Bill Text: MO HB124 | 2011 | Regular Session | Introduced


Bill Title: Allows an electrical company to recover from ratepayers the costs associated with early site development for certain electrical generation facilities

Spectrum: Bipartisan Bill

Status: (Introduced - Dead) 2011-02-22 - Voted Do Pass (H) [HB124 Detail]

Download: Missouri-2011-HB124-Introduced.html

FIRST REGULAR SESSION

HOUSE BILL NO. 124

96TH GENERAL ASSEMBLY


 

 

INTRODUCED BY REPRESENTATIVES RIDDLE (Sponsor), POLLOCK, GOSEN, DAY, LANT, RICHARDSON, DAVIS, WHITE, LICHTENEGGER, COOKSON, BARNES, KORMAN, SCHAD, SCHATZ, SCHARNHORST, KOENIG, HIGDON, HOUGHTON, GATSCHENBERGER, LONG, DUGGER, ENTLICHER, PARKINSON, FRANZ, CRAWFORD, DENISON, REDMON, BERNSKOETTER, WEBBER AND HOLSMAN (Co-sponsors).

0510L.01I                                                                                                                                                  D. ADAM CRUMBLISS, Chief Clerk


 

AN ACT

To repeal section 393.135, RSMo, and to enact in lieu thereof one new section relating to site development for energy generation facilities.

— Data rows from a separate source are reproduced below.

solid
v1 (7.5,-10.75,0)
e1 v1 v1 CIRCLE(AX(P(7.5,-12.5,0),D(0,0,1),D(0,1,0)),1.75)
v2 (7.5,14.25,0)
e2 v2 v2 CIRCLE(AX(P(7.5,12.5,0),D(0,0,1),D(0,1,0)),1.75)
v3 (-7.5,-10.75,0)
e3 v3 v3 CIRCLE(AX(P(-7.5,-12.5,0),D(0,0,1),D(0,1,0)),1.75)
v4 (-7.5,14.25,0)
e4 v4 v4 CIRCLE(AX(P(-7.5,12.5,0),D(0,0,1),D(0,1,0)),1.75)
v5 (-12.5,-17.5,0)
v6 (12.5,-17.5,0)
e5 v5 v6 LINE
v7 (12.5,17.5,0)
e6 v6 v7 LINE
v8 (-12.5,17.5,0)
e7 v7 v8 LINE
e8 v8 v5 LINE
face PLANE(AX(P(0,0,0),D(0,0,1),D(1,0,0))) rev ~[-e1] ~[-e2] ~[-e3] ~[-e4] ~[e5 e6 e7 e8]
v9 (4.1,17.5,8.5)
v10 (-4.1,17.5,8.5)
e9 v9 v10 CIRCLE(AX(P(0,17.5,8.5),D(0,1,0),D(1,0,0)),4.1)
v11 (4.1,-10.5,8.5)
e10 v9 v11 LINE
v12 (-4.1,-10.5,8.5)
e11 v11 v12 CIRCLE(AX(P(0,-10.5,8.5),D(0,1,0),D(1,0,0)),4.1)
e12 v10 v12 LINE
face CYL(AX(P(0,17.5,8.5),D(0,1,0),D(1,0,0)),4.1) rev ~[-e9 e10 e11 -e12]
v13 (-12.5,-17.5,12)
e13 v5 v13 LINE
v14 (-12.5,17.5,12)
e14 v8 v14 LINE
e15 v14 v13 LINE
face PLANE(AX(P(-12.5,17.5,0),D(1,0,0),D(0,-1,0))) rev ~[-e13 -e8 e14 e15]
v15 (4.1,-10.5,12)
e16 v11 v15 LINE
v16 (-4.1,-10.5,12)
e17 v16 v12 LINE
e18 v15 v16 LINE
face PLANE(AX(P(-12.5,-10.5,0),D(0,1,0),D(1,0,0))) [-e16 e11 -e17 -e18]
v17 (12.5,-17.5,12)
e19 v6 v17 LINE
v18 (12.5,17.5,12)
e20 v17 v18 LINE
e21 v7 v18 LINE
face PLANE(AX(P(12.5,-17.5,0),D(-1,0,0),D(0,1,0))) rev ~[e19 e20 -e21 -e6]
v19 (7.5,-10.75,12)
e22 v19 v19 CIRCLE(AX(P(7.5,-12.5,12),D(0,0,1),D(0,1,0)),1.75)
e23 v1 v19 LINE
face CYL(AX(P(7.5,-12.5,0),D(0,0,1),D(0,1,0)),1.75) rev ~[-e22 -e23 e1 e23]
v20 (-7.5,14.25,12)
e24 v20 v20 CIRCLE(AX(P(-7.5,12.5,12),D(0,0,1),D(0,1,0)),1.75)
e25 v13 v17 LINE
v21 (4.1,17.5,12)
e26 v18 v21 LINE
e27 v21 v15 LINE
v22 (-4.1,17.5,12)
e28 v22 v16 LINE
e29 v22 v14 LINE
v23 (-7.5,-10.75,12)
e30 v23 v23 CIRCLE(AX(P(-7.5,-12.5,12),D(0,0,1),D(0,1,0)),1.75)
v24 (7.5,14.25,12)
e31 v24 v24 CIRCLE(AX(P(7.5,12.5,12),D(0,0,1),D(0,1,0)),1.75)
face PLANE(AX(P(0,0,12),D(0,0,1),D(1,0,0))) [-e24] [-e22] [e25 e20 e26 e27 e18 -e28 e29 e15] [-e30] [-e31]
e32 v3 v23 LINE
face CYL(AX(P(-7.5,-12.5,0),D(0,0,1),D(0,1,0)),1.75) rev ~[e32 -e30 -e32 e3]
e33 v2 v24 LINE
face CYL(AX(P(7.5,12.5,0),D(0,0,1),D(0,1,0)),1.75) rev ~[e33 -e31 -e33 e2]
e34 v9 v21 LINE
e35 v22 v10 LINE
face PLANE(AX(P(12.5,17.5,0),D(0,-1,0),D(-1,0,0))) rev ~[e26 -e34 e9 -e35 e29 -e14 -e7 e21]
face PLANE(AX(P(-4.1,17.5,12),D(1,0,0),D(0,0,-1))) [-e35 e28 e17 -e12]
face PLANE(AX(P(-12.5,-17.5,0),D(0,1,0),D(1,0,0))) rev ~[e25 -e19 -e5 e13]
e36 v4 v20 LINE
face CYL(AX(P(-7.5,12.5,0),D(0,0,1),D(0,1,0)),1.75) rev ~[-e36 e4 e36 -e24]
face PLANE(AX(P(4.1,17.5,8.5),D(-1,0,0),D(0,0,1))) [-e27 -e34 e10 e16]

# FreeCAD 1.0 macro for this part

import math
import FreeCAD as App
import Part
import Sketcher

V = App.Vector

doc = App.newDocument("Part")
body = doc.addObject("PartDesign::Body", "Body")

sketch1 = body.newObject("Sketcher::SketchObject", "Sketch")
sketch1.AttachmentSupport = (doc.getObject("XY_Plane"), [""])
sketch1.MapMode = "FlatFace"
sketch1.addGeometry([
    Part.LineSegment(V(-12.5, 17.5, 0), V(-12.5, -17.5, 0)),
    Part.LineSegment(V(-12.5, -17.5, 0), V(12.5, -17.5, 0)),
    Part.LineSegment(V(12.5, -17.5, 0), V(12.5, 17.5, 0)),
    Part.LineSegment(V(12.5, 17.5, 0), V(-12.5, 17.5, 0)),
], False)
sketch1.addConstraint([
    Sketcher.Constraint("Coincident", 0, 2, 1, 1),
    Sketcher.Constraint("Coincident", 1, 2, 2, 1),
    Sketcher.Constraint("Coincident", 2, 2, 3, 1),
    Sketcher.Constraint("Coincident", 3, 2, 0, 1),
    Sketcher.Constraint("Vertical", 0),
    Sketcher.Constraint("Horizontal", 1),
    Sketcher.Constraint("Vertical", 2),
    Sketcher.Constraint("Horizontal", 3),
    Sketcher.Constraint("Symmetric", 0, 2, 2, 2, -1, 1),
    Sketcher.Constraint("DistanceX", 1, 1, 1, 2, 25.0),
    Sketcher.Constraint("DistanceY", 0, 2, 0, 1, 35.0),
])
pad1 = body.newObject("PartDesign::Pad", "Pad")
pad1.Profile = sketch1
pad1.Length = 12

sketch2 = body.newObject("Sketcher::SketchObject", "Sketch001")
sketch2.AttachmentSupport = (doc.getObject("XY_Plane"), [""])
sketch2.MapMode = "FlatFace"
sketch2.addGeometry([
    Part.Circle(V(-7.5, 12.5, 0), V(0, 0, 1), 1.75),
    Part.Circle(V(7.5, 12.5, 0), V(0, 0, 1), 1.75),
    Part.Circle(V(7.5, -12.5, 0), V(0, 0, 1), 1.75),
    Part.Circle(V(-7.5, -12.5, 0), V(0, 0, 1), 1.75),
], False)
sketch2.addConstraint([
    Sketcher.Constraint("Equal", 0, 1),
    Sketcher.Constraint("Equal", 1, 2),
    Sketcher.Constraint("Equal", 2, 3),
    Sketcher.Constraint("Symmetric", 0, 3, 2, 3, -1, 1),
    Sketcher.Constraint("Symmetric", 1, 3, 3, 3, -1, 1),
    Sketcher.Constraint("Symmetric", 0, 3, 1, 3, -2),
    Sketcher.Constraint("Diameter", 0, 3.5),
    Sketcher.Constraint("DistanceX", 0, 3, 1, 3, 15.0),
    Sketcher.Constraint("DistanceY", 2, 3, 1, 3, 25.0),
])
doc.recompute()
hole = body.newObject("PartDesign::Hole", "Hole")
hole.Profile = sketch2
hole.ThreadType = "None"
hole.Diameter = 3.5
hole.DepthType = "ThroughAll"
hole.Reversed = True

sketch3 = body.newObject("Sketcher::SketchObject", "Sketch002")
sketch3.AttachmentSupport = (doc.getObject("XZ_Plane"), [""])
sketch3.MapMode = "FlatFace"
sketch3.AttachmentOffset = App.Placement(V(0, 0, -17.5), App.Rotation())
sketch3.addGeometry([
    Part.LineSegment(V(-4.1, 12, 0), V(4.1, 12, 0)),
    Part.LineSegment(V(4.1, 12, 0), V(4.1, 8.5, 0)),
    Part.ArcOfCircle(Part.Circle(V(0, 8.5, 0), V(0, 0, 1), 4.1), math.radians(180), math.radians(360)),
    Part.LineSegment(V(-4.1, 8.5, 0), V(-4.1, 12, 0)),
], False)
sketch3.addConstraint([
    Sketcher.Constraint("Coincident", 0, 2, 1, 1),
    Sketcher.Constraint("Tangent", 1, 2, 2, 2),
    Sketcher.Constraint("Tangent", 2, 1, 3, 1),
    Sketcher.Constraint("Coincident", 3, 2, 0, 1),
    Sketcher.Constraint("Horizontal", 0),
    Sketcher.Constraint("Vertical", 1),
    Sketcher.Constraint("Vertical", 3),
    Sketcher.Constraint("PointOnObject", 2, 3, -2),
    Sketcher.Constraint("Radius", 2, 4.1),
    Sketcher.Constraint("DistanceY", 1, 2, 1, 1, 3.5),
    Sketcher.Constraint("DistanceY", -1, 1, 0, 2, 12.0),
])
pocket1 = body.newObject("PartDesign::Pocket", "Pocket")
pocket1.Profile = sketch3
pocket1.Length = 28
pocket1.Reversed = True

doc.recompute()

Be it enacted by the General Assembly of the state of Missouri, as follows:


            Section A. Section 393.135, RSMo, is repealed and one new section enacted in lieu thereof, to be known as section 393.135, to read as follows:

            393.135. 1. Any charge made or demanded by an electrical corporation for service, or in connection therewith, which is based on the costs of construction in progress upon any existing or new facility of the electrical corporation, or any other cost associated with owning, operating, maintaining, or financing any property before it is fully operational and used for service, is unjust and unreasonable, and is prohibited.

            2. Starting on October 1, 2011, an electrical corporation seeking an early site permit from the U.S. Nuclear Regulatory Commission or a successor organization shall submit monitoring reports to the public service commission every six months documenting work completed, total expenditures to date, work yet to be completed, and anticipated expenditures yet to be incurred in order to obtain the early site permit. If total expenditures to obtain the early site permit are forecasted to exceed forty million dollars, the electrical corporation shall include in these monitoring reports an explanation of why it is prudent for the electrical corporation to incur expenditures in excess of that amount in order to obtain an early site permit.

            3. Notwithstanding the provisions of subsection 1 of this section, recovery of the prudently incurred expenditures identified in subsection 2 of this section shall be provided through the rates or charges of the electrical corporation seeking the early site permit or through the rates or charges of an electrical corporation that contributed to the expenditures for the early site permit, over a period not to exceed twenty years. These rates or charges shall include a return on the remaining balance of such expenditures at an annual rate equal to the applicable electrical corporation's commission-approved return on rate base until such expenditures are recovered, and shall commence with the effective date of tariffs approved by the commission in the applicable electrical corporation's first general rate proceeding following the date on which the early site permit referenced in subsection 2 of this section is obtained.

            4. If the electrical corporation that sought the early site permit, or an electrical corporation that contributed toward the expenditures for the early site permit, has recovered from ratepayers expenditures for the early site permit under subsection 3 of this section, and then subsequently sells or transfers some or all of its interest in the early site permit, or subsequently receives reimbursement for the expenditures it has contributed, the electrical corporation shall refund to ratepayers that part of the money received from the sale, transfer, or reimbursement up to the amount of such expenditures that it has recovered from ratepayers.